The Seventh Circuit concluded its discussion by acknowledging that some of its prior "cat's paw" cases were not completely clear, and by rejecting those earlier cases which had suggested or held that any amount of influence, no matter how small or attenuated and regardless of investigation by the employer, is sufficient to impose liability on the employer.
DISCUSSION
The case at bar is about discipline for misconduct: the stated reason for termination of Staub's employment was his failure to comply with departmental regulations. The only issues for purposes of this motion is whether Mulally, who was not the decision-maker, possessed the requisite degree of "singular influence" over Buck and Korenchuk, the decision-makers and whether the requisite investigation was conducted.
This Court has previously held that the evidence would support a conclusion that Mulally's influence was "strong" and that evidence suggests that both Buck and Korenchuk could have been colored by Day's expressions of dissatisfaction with Staub. The degree of Mulally's influence is also suggested by the fact that after Staub was fired Mulally managed to have Day re-hired.

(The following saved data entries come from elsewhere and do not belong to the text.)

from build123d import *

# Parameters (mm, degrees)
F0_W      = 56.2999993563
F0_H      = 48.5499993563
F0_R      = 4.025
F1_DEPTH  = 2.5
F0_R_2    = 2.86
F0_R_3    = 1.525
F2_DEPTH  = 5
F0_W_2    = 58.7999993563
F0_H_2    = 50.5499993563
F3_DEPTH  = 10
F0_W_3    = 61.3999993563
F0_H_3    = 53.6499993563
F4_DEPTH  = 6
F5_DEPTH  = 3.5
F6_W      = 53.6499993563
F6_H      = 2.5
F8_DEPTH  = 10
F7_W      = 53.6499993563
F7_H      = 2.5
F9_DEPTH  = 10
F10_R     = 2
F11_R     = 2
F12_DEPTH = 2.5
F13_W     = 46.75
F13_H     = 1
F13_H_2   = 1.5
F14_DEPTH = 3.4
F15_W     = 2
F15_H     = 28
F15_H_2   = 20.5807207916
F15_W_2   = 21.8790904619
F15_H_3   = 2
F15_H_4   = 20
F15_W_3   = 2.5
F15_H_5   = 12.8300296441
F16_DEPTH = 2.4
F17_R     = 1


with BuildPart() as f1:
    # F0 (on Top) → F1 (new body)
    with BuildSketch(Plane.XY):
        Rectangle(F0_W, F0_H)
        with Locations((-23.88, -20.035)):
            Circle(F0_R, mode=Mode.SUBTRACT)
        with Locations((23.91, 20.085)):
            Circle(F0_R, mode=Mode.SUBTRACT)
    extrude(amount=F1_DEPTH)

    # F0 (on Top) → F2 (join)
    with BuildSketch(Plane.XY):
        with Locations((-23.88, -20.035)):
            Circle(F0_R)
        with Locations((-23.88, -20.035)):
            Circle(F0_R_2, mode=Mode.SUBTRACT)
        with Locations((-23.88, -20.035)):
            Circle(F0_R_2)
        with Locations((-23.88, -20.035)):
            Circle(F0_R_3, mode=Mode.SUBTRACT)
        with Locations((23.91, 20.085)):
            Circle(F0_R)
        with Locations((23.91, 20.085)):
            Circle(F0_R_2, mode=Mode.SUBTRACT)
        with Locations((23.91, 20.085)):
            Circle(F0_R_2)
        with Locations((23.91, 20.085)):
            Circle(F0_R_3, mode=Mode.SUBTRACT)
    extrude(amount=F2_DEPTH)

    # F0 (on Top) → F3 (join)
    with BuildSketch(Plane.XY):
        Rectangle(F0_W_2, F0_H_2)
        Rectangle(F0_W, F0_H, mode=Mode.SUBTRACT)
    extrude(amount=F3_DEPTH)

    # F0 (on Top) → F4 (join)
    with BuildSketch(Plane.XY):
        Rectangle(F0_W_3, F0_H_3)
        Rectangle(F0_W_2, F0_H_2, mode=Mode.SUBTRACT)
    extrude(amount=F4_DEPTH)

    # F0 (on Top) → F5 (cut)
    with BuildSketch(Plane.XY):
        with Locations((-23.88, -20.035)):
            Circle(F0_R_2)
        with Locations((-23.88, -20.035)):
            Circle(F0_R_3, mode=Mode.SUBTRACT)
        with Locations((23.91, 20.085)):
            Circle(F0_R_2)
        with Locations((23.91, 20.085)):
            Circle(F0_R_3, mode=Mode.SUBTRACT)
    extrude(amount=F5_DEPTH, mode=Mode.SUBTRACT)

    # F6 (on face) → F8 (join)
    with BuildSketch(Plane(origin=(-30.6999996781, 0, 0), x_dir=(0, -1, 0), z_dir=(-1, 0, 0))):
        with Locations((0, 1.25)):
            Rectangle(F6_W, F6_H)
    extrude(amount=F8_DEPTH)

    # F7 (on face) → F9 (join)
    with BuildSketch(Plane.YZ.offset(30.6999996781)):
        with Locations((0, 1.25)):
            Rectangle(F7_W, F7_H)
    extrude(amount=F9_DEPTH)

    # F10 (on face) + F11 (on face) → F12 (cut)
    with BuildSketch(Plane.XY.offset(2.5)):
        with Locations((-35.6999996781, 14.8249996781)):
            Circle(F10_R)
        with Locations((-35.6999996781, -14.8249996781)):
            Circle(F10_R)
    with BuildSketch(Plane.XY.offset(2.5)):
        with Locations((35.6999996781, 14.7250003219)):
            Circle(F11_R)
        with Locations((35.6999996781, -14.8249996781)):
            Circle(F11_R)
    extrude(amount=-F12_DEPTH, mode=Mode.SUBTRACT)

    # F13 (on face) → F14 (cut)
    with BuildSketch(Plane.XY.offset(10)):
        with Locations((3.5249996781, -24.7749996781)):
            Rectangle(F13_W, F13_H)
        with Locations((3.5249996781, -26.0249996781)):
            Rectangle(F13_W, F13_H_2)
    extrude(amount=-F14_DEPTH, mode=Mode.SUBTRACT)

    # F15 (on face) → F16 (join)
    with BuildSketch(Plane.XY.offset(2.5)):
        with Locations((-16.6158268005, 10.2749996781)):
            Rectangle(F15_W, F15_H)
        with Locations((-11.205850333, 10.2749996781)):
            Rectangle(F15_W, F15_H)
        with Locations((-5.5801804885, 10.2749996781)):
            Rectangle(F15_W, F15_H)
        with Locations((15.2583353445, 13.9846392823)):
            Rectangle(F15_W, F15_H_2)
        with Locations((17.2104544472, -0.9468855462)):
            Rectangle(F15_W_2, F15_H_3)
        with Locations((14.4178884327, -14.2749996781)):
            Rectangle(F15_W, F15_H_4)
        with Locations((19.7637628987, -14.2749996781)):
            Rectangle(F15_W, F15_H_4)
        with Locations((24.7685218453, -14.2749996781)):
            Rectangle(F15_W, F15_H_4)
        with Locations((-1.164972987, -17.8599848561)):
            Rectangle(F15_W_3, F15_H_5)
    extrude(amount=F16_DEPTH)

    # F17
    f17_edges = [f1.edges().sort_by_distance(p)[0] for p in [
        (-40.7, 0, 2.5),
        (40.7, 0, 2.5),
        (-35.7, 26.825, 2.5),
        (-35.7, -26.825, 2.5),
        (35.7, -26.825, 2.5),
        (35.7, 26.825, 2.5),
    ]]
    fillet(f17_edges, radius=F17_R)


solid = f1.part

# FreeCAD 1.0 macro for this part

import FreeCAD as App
import Part
import Sketcher


def edges_at(feature, points):
    """Names of the edges that pass closest to the given points."""
    edges = feature.Shape.Edges
    near = lambda p: min(range(len(edges)), key=lambda i: edges[i].distToShape(Part.Vertex(*p))[0])
    return sorted({f"Edge{near(p) + 1}" for p in points})

doc = App.newDocument("Part")
body = doc.addObject("PartDesign::Body", "Body")

# Sketch on XY plane
sketch1 = doc.addObject("Sketcher::SketchObject", "Sketch")
body.addObject(sketch1)
sketch1.AttachmentSupport = (doc.XY_Plane, [""])
sketch1.MapMode = "FlatFace"
sketch1.addGeometry([
    Part.LineSegment(App.Vector(-28.1, 24.3, 0), App.Vector(-28.1, -24.3, 0)),  # 0
    Part.LineSegment(App.Vector(-28.1, -24.3, 0), App.Vector(28.1, -24.3, 0)),  # 1
    Part.LineSegment(App.Vector(28.1, -24.3, 0), App.Vector(28.1, 24.3, 0)),  # 2
    Part.LineSegment(App.Vector(28.1, 24.3, 0), App.Vector(-28.1, 24.3, 0)),  # 3
    Part.Circle(App.Vector(-23.9, -20, 0), App.Vector(0, 0, 1), 4),  # 4
    Part.Circle(App.Vector(23.9, 20.1, 0), App.Vector(0, 0, 1), 4),  # 5
], False)
sketch1.addConstraint([
    Sketcher.Constraint("Coincident", 0, 2, 1, 1),
    Sketcher.Constraint("Coincident", 1, 2, 2, 1),
    Sketcher.Constraint("Coincident", 2, 2, 3, 1),
    Sketcher.Constraint("Coincident", 3, 2, 0, 1),
    Sketcher.Constraint("Vertical", 0),
    Sketcher.Constraint("Horizontal", 1),
    Sketcher.Constraint("Vertical", 2),
    Sketcher.Constraint("Horizontal", 3),
    Sketcher.Constraint("Equal", 4, 5),
    Sketcher.Constraint("Symmetric", 0, 2, 2, 2, -1, 1),
    Sketcher.Constraint("Diameter", 4, 8.05),
    Sketcher.Constraint("DistanceX", 1, 1, 1, 2, 56.299999),
    Sketcher.Constraint("DistanceY", 0, 2, 0, 1, 48.549999),
    Sketcher.Constraint("DistanceX", 4, 3, -1, 1, 23.88),
    Sketcher.Constraint("DistanceX", -1, 1, 5, 3, 23.91),
    Sketcher.Constraint("DistanceY", 4, 3, 5, 3, 40.12),
    Sketcher.Constraint("DistanceY", 0, 2, 4, 3, 4.24),
])
pad1 = doc.addObject("PartDesign::Pad", "Pad")
body.addObject(pad1)
pad1.Profile = sketch1
pad1.Length = 2.5

# Sketch on XY plane
sketch2 = doc.addObject("Sketcher::SketchObject", "Sketch001")
body.addObject(sketch2)
sketch2.AttachmentSupport = (doc.XY_Plane, [""])
sketch2.MapMode = "FlatFace"
sketch2.addGeometry([
    Part.Circle(App.Vector(-23.9, -20, 0), App.Vector(0, 0, 1), 4),
    Part.Circle(App.Vector(-23.9, -20, 0), App.Vector(0, 0, 1), 1.5),
    Part.Circle(App.Vector(23.9, 20.1, 0), App.Vector(0, 0, 1), 4),
    Part.Circle(App.Vector(23.9, 20.1, 0), App.Vector(0, 0, 1), 1.5),
], False)
sketch2.addConstraint([
    Sketcher.Constraint("Coincident", 1, 3, 0, 3),
    Sketcher.Constraint("Coincident", 3, 3, 2, 3),
    Sketcher.Constraint("Equal", 0, 2),
    Sketcher.Constraint("Equal", 1, 3),
    Sketcher.Constraint("Diameter", 0, 8.05),
    Sketcher.Constraint("Diameter", 1, 3.05),
    Sketcher.Constraint("DistanceX", 0, 3, -1, 1, 23.88),
    Sketcher.Constraint("DistanceX", -1, 1, 2, 3, 23.91),
    Sketcher.Constraint("DistanceY", 0, 3, 2, 3, 40.12),
    Sketcher.Constraint("DistanceY", 0, 3, -1, 1, 20.035),
])
pad2 = doc.addObject("PartDesign::Pad", "Pad001")
body.addObject(pad2)
pad2.Profile = sketch2
pad2.Length = 5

That evidence is enough at this stage to create issues of fact which only a jury can resolve.
Not considered by the Court in the earlier Order, however, was evidence of whether an investigation was conducted by either one of the decision-makers and, if so, what constituted that investigation. The information provided by Mulally was reflected at least to some degree in Staub's personnel file: Mulally had prepared the disciplinary notice and it was in the file. While it appears that Buck reviewed Staub's personnel file, there is nothing in the record to indicate whether either Korenchuk or Buck obtained any knowledge independent of what was provided by Mulally, except for the information provided by Day. And there is no evidence that either Day or Korenchuk investigated Day's statements. Buck appears to have simply relied on the material in Staub's personnel file and on Korenchuk's inability to locate Staub on the date in question.

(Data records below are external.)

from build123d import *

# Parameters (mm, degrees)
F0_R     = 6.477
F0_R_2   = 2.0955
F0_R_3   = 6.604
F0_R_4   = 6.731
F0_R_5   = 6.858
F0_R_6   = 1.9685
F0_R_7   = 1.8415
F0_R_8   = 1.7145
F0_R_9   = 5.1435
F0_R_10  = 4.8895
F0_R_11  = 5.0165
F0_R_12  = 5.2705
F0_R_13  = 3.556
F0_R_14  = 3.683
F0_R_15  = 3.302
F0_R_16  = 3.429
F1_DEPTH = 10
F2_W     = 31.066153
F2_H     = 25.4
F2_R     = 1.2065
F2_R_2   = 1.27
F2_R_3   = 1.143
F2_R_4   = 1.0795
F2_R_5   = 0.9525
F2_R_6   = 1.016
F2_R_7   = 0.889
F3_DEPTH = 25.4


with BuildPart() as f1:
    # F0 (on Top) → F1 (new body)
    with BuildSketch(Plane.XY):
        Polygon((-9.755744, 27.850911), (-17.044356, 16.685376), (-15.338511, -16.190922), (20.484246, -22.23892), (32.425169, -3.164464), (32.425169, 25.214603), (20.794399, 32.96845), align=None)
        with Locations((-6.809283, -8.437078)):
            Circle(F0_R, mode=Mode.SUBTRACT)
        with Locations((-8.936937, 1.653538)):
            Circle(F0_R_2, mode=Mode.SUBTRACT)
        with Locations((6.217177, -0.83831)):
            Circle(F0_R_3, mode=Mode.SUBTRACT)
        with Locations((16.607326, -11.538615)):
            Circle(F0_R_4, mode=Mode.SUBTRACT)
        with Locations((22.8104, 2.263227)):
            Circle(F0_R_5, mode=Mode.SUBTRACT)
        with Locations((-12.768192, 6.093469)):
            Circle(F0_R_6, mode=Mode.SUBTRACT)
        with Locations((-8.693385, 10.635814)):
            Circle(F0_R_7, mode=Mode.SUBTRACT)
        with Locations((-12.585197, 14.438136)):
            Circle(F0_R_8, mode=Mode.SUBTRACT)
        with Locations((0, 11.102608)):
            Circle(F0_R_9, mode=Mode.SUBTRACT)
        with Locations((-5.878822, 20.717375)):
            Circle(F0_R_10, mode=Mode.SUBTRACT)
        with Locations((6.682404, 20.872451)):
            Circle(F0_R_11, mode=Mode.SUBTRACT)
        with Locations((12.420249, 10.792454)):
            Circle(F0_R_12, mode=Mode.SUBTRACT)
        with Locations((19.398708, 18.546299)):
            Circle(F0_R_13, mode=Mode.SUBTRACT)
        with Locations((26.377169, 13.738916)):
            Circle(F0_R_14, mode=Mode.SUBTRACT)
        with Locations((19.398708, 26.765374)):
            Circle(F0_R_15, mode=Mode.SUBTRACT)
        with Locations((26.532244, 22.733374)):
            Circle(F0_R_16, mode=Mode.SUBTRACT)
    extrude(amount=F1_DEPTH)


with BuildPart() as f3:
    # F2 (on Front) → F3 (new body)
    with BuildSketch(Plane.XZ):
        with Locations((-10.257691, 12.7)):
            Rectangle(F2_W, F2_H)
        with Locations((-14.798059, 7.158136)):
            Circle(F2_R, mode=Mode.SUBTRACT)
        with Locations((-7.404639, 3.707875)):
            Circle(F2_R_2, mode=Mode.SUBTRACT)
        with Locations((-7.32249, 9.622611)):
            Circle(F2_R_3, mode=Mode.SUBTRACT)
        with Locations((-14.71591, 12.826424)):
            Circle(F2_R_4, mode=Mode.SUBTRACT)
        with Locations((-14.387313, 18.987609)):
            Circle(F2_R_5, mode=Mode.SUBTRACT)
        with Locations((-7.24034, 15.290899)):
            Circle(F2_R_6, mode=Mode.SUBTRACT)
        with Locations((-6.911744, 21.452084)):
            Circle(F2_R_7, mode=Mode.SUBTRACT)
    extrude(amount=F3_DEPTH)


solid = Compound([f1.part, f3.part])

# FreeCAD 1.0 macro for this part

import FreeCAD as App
import Part
import Sketcher

V = App.Vector
Q = App.Units.Quantity

doc = App.newDocument("Part")
body = doc.addObject("PartDesign::Body", "Body")

sketch1 = body.newObject("Sketcher::SketchObject", "Sketch")
sketch1.AttachmentSupport = (doc.getObject("XY_Plane"), [""])
sketch1.MapMode = "FlatFace"
sketch1.addGeometry([
    Part.LineSegment(V(-9.8, 27.9, 0), V(-17, 16.7, 0)),
    Part.LineSegment(V(-17, 16.7, 0), V(-15.3, -16.2, 0)),
    Part.LineSegment(V(-15.3, -16.2, 0), V(20.5, -22.2, 0)),
    Part.LineSegment(V(20.5, -22.2, 0), V(32.4, -3.2, 0)),
    Part.LineSegment(V(32.4, -3.2, 0), V(32.4, 25.2, 0)),
    Part.LineSegment(V(32.4, 25.2, 0), V(20.8, 33, 0)),
    Part.LineSegment(V(20.8, 33, 0), V(-9.8, 27.9, 0)),
    Part.Circle(V(-6.8, -8.4, 0), V(0, 0, 1), 6.5),
    Part.Circle(V(-8.9, 1.7, 0), V(0, 0, 1), 2.1),
    Part.Circle(V(6.2, -0.8, 0), V(0, 0, 1), 6.6),
    Part.Circle(V(16.6, -11.5, 0), V(0, 0, 1), 6.7),
    Part.Circle(V(22.8, 2.3, 0), V(0, 0, 1), 6.9),
    Part.Circle(V(-12.8, 6.1, 0), V(0, 0, 1), 2),
    Part.Circle(V(-8.7, 10.6, 0), V(0, 0, 1), 1.8),
    Part.Circle(V(-12.6, 14.4, 0), V(0, 0, 1), 1.7),
    Part.Circle(V(0, 11.1, 0), V(0, 0, 1), 5.1),
    Part.Circle(V(-5.9, 20.7, 0), V(0, 0, 1), 4.9),
    Part.Circle(V(6.7, 20.9, 0), V(0, 0, 1), 5),
    Part.Circle(V(12.4, 10.8, 0), V(0, 0, 1), 5.3),
    Part.Circle(V(26.4, 13.7, 0), V(0, 0, 1), 3.7),
    Part.Circle(V(19.4, 18.5, 0), V(0, 0, 1), 3.6),
    Part.Circle(V(26.5, 22.7, 0), V(0, 0, 1), 3.4),
    Part.Circle(V(19.4, 26.8, 0), V(0, 0, 1), 3.3),
], False)
sketch1.addConstraint([
    Sketcher.Constraint("Coincident", 0, 2, 1, 1),
    Sketcher.Constraint("Coincident", 1, 2, 2, 1),
    Sketcher.Constraint("Coincident", 2, 2, 3, 1),
    Sketcher.Constraint("Coincident", 3, 2, 4, 1),
    Sketcher.Constraint("Coincident", 4, 2, 5, 1),
    Sketcher.Constraint("Coincident", 5, 2, 6, 1),
    Sketcher.Constraint("Coincident", 6, 2, 0, 1),
    Sketcher.Constraint("Vertical", 4),
    Sketcher.Constraint("PointOnObject", 15, 3, -2),
    Sketcher.Constraint("Vertical", 20, 3, 22, 3),
    Sketcher.Constraint("Diameter", 7, Q("0.51 in")),
    Sketcher.Constraint("Diameter", 9, Q("0.52 in")),
    Sketcher.Constraint("Diameter", 10, Q("0.53 in")),
    Sketcher.Constraint("Diameter", 11, Q("0.54 in")),
    Sketcher.Constraint("Diameter", 19, Q("0.29 in")),
    Sketcher.Constraint("Diameter", 20, Q("0.28 in")),
    Sketcher.Constraint("Diameter", 21, Q("0.27 in")),
    Sketcher.Constraint("Diameter", 22, Q("0.26 in")),
    Sketcher.Constraint("Diameter", 8, Q("0.165 in")),
    Sketcher.Constraint("Diameter", 12, Q("0.155 in")),
    Sketcher.Constraint("Diameter", 13, Q("0.145 in")),
    Sketcher.Constraint("Diameter", 14, Q("0.135 in")),
    Sketcher.Constraint("Diameter", 15, Q("0.405 in")),
    Sketcher.Constraint("Diameter", 16, Q("0.385 in")),
    Sketcher.Constraint("Diameter", 17, Q("0.395 in")),
    Sketcher.Constraint("Diameter", 18, Q("0.415 in")),
    Sketcher.Constraint("DistanceY", -1, 1, 8, 3, Q("0.0650999 in")),
    Sketcher.Constraint("DistanceX", -1, 1, 11, 3, 22.8104),
    Sketcher.Constraint("DistanceY", -1, 1, 20, 3, 18.546299),
    Sketcher.Constraint("DistanceX", -1, 1, 5, 2, 20.794399),
    Sketcher.Constraint("DistanceX", 13, 3, 7, 3, 1.884102),
    Sketcher.Constraint("DistanceY", 8, 3, 14, 3, 12.784598),
    Sketcher.Constraint("DistanceX", 14, 3, 17, 3, 19.267601),
    Sketcher.Constraint("DistanceY", 21, 3, 22, 3, 4.032),
    Sketcher.Constraint("DistanceY", 0, 2, 16, 3, 4.031999),
    Sketcher.Constraint("DistanceX", 19, 3, 3, 2, 6.048),
    Sketcher.Constraint("DistanceY", 17, 3, 5, 2, 12.095999),
    Sketcher.Constraint("Distance", 3, 22.503789),
    Sketcher.Constraint("DistanceY", 4, 1, 4, 2, 28.379067),
    Sketcher.Constraint("DistanceY", 9, 3, -1, 1, 0.83831),
    Sketcher.Constraint("DistanceY", -1, 1, 12, 3, 6.093469),
    Sketcher.Constraint("DistanceY", -1, 1, 17, 3, 20.872451),
    Sketcher.Constraint("DistanceX", -1, 1, 18, 3, 12.420249),
    Sketcher.Constraint("DistanceX", -1, 1, 19, 3, 26.377169),
    Sketcher.Constraint("DistanceX", 1, 2, -1, 1, 15.338511),
    Sketcher.Constraint("DistanceY", 2, 2, -1, 1, 22.23892),
    Sketcher.Constraint("DistanceY", -1, 1, 6, 2, 27.850911),
    Sketcher.Constraint("DistanceX", 7, 3, 9, 3, 13.02646),
    Sketcher.Constraint("DistanceX", 9, 3, 10, 3, 10.390149),
    Sketcher.Constraint("DistanceY", 8, 3, 11, 3, 0.609689),
    Sketcher.Constraint("DistanceX", 12, 3, 7, 3, 5.958909),
    Sketcher.Constraint("DistanceY", 7, 3, 13, 3, 19.072892),
    Sketcher.Constraint("DistanceX", 14, 3, 8, 3, 3.64826),
    Sketcher.Constraint("DistanceY", 8, 3, 15, 3, 9.44907),
    Sketcher.Constraint("DistanceY", 14, 3, 16, 3, 6.279239),
    Sketcher.Constraint("DistanceY", 13, 3, 16, 3, 10.081561),
    Sketcher.Constraint("DistanceX", 12, 3, 16, 3, 6.88937),
    Sketcher.Constraint("DistanceX", 13, 3, 17, 3, 15.375789),
    Sketcher.Constraint("DistanceX", 9, 3, 18, 3, 6.203072),
    Sketcher.Constraint("DistanceY", 18, 3, 16, 3, 9.924921),
    Sketcher.Constraint("DistanceY", 11, 3, 19, 3, 11.475689),
    Sketcher.Constraint("DistanceX", 20, 3, 19, 3, 6.978461),
    Sketcher.Constraint("DistanceY", 19, 3, 21, 3, 8.994458),
    Sketcher.Constraint("DistanceX", 17, 3, 21, 3, 19.84984),
    Sketcher.Constraint("DistanceX", 0, 2, 14, 3, 4.459159),
    Sketcher.Constraint("DistanceY", 1, 2, 8, 3, 17.84446),
    Sketcher.Constraint("DistanceX", 10, 3, 2, 2, 3.87692),
    Sketcher.Constraint("DistanceY", 10, 3, 3, 2, 8.374151),
    Sketcher.Constraint("DistanceX", 6, 2, 16, 3, 3.876922),
])
pad1 = body.newObject("PartDesign::Pad", "Pad")
pad1.Profile = sketch1
pad1.Length = 10
body2 = doc.addObject("PartDesign::Body", "Body001")

sketch2 = body2.newObject("Sketcher::SketchObject", "Sketch001")
sketch2.AttachmentSupport = (doc.getObject("XZ_Plane001"), [""])
sketch2.MapMode = "FlatFace"
sketch2.addGeometry([
    Part.LineSegment(V(-25.8, 25.4, 0), V(-25.8, 0, 0)),
    Part.LineSegment(V(-25.8, 0, 0), V(5.3, 0, 0)),
    Part.LineSegment(V(5.3, 0, 0), V(5.3, 25.4, 0)),
    Part.LineSegment(V(5.3, 25.4, 0), V(-25.8, 25.4, 0)),
    Part.Circle(V(-14.8, 7.2, 0), V(0, 0, 1), 1.2),
    Part.Circle(V(-7.4, 3.7, 0), V(0, 0, 1), 1.3),
    Part.Circle(V(-7.3, 9.6, 0), V(0, 0, 1), 1.1),
    Part.Circle(V(-14.7, 12.8, 0), V(0, 0, 1), 1.1),
    Part.Circle(V(-14.4, 19, 0), V(0, 0, 1), 1),
    Part.Circle(V(-7.2, 15.3, 0), V(0, 0, 1), 1),
    Part.Circle(V(-6.9, 21.5, 0), V(0, 0, 1), 0.9),
], False)
sketch2.addConstraint([
    Sketcher.Constraint("Coincident", 0, 2, 1, 1),
    Sketcher.Constraint("Coincident", 1, 2, 2, 1),
    Sketcher.Constraint("Coincident", 2, 2, 3, 1),
    Sketcher.Constraint("Coincident", 3, 2, 0, 1),
    Sketcher.Constraint("Vertical", 0),
    Sketcher.Constraint("Horizontal", 1),
    Sketcher.Constraint("Vertical", 2),
    Sketcher.Constraint("Horizontal", 3),
    Sketcher.Constraint("PointOnObject", 0, 2, -1),
    Sketcher.Constraint("Diameter", 5, Q("0.1 in")),
    Sketcher.Constraint("Diameter", 6, Q("0.09 in")),
    Sketcher.Constraint("Diameter", 9, Q("0.08 in")),
    Sketcher.Constraint("Diameter", 10, Q("0.07 in")),
    Sketcher.Constraint("DistanceY", 0, 2, 0, 1, Q("1 in")),
    Sketcher.Constraint("Diameter", 4, Q("0.095 in")),
    Sketcher.Constraint("Diameter", 7, Q("0.085 in")),
    Sketcher.Constraint("Diameter", 8, Q("0.075 in")),
    Sketcher.Constraint("DistanceY", -1, 1, 9, 3, 15.290899),
    Sketcher.Constraint("DistanceX", 5, 3, 9, 3, 0.164299),
    Sketcher.Constraint("DistanceX", 8, 3, 2, 2, 19.662699),
    Sketcher.Constraint("DistanceX", 1, 1, 1, 2, 31.066153),
    Sketcher.Constraint("DistanceX", 4, 3, -1, 1, 14.798059),
    Sketcher.Constraint("DistanceX", 5, 3, -1, 1, 7.404639),
    Sketcher.Constraint("DistanceX", 6, 3, -1, 1, 7.32249),
    Sketcher.Constraint("DistanceY", -1, 1, 6, 3, 9.622611),
    Sketcher.Constraint("DistanceX", 7, 3, -1, 1, 14.71591),
    Sketcher.Constraint("DistanceY", -1, 1, 8, 3, 18.987609),
    Sketcher.Constraint("DistanceY", 5, 3, 4, 3, 3.450261),
    Sketcher.Constraint("DistanceY", 5, 3, 7, 3, 9.118549),
    Sketcher.Constraint("DistanceX", 8, 3, 10, 3, 7.475569),
    Sketcher.Constraint("DistanceY", 7, 3, 10, 3, 8.62566),
    Sketcher.Constraint("DistanceX", 0, 2, 4, 3, 10.992709),
    Sketcher.Constraint("DistanceY", -1, 1, 4, 3, 7.158136),
])
pad2 = body2.newObject("PartDesign::Pad", "Pad001")
pad2.Profile = sketch2
pad2.Length = Q("1 in")

doc.recompute()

I find that there remains a question of fact about the degree of Mulally's influence and the adequacy of the investigation, if any, conducted by Korenchuk and Buck before Staub's employment was terminated. Accordingly, the motion for summary judgment is denied in its entirety. This case is set for a supplemental scheduling conference on August 21, 2007 at 10:30 a.m. at which time dates for final pretrial conference and trial will be set.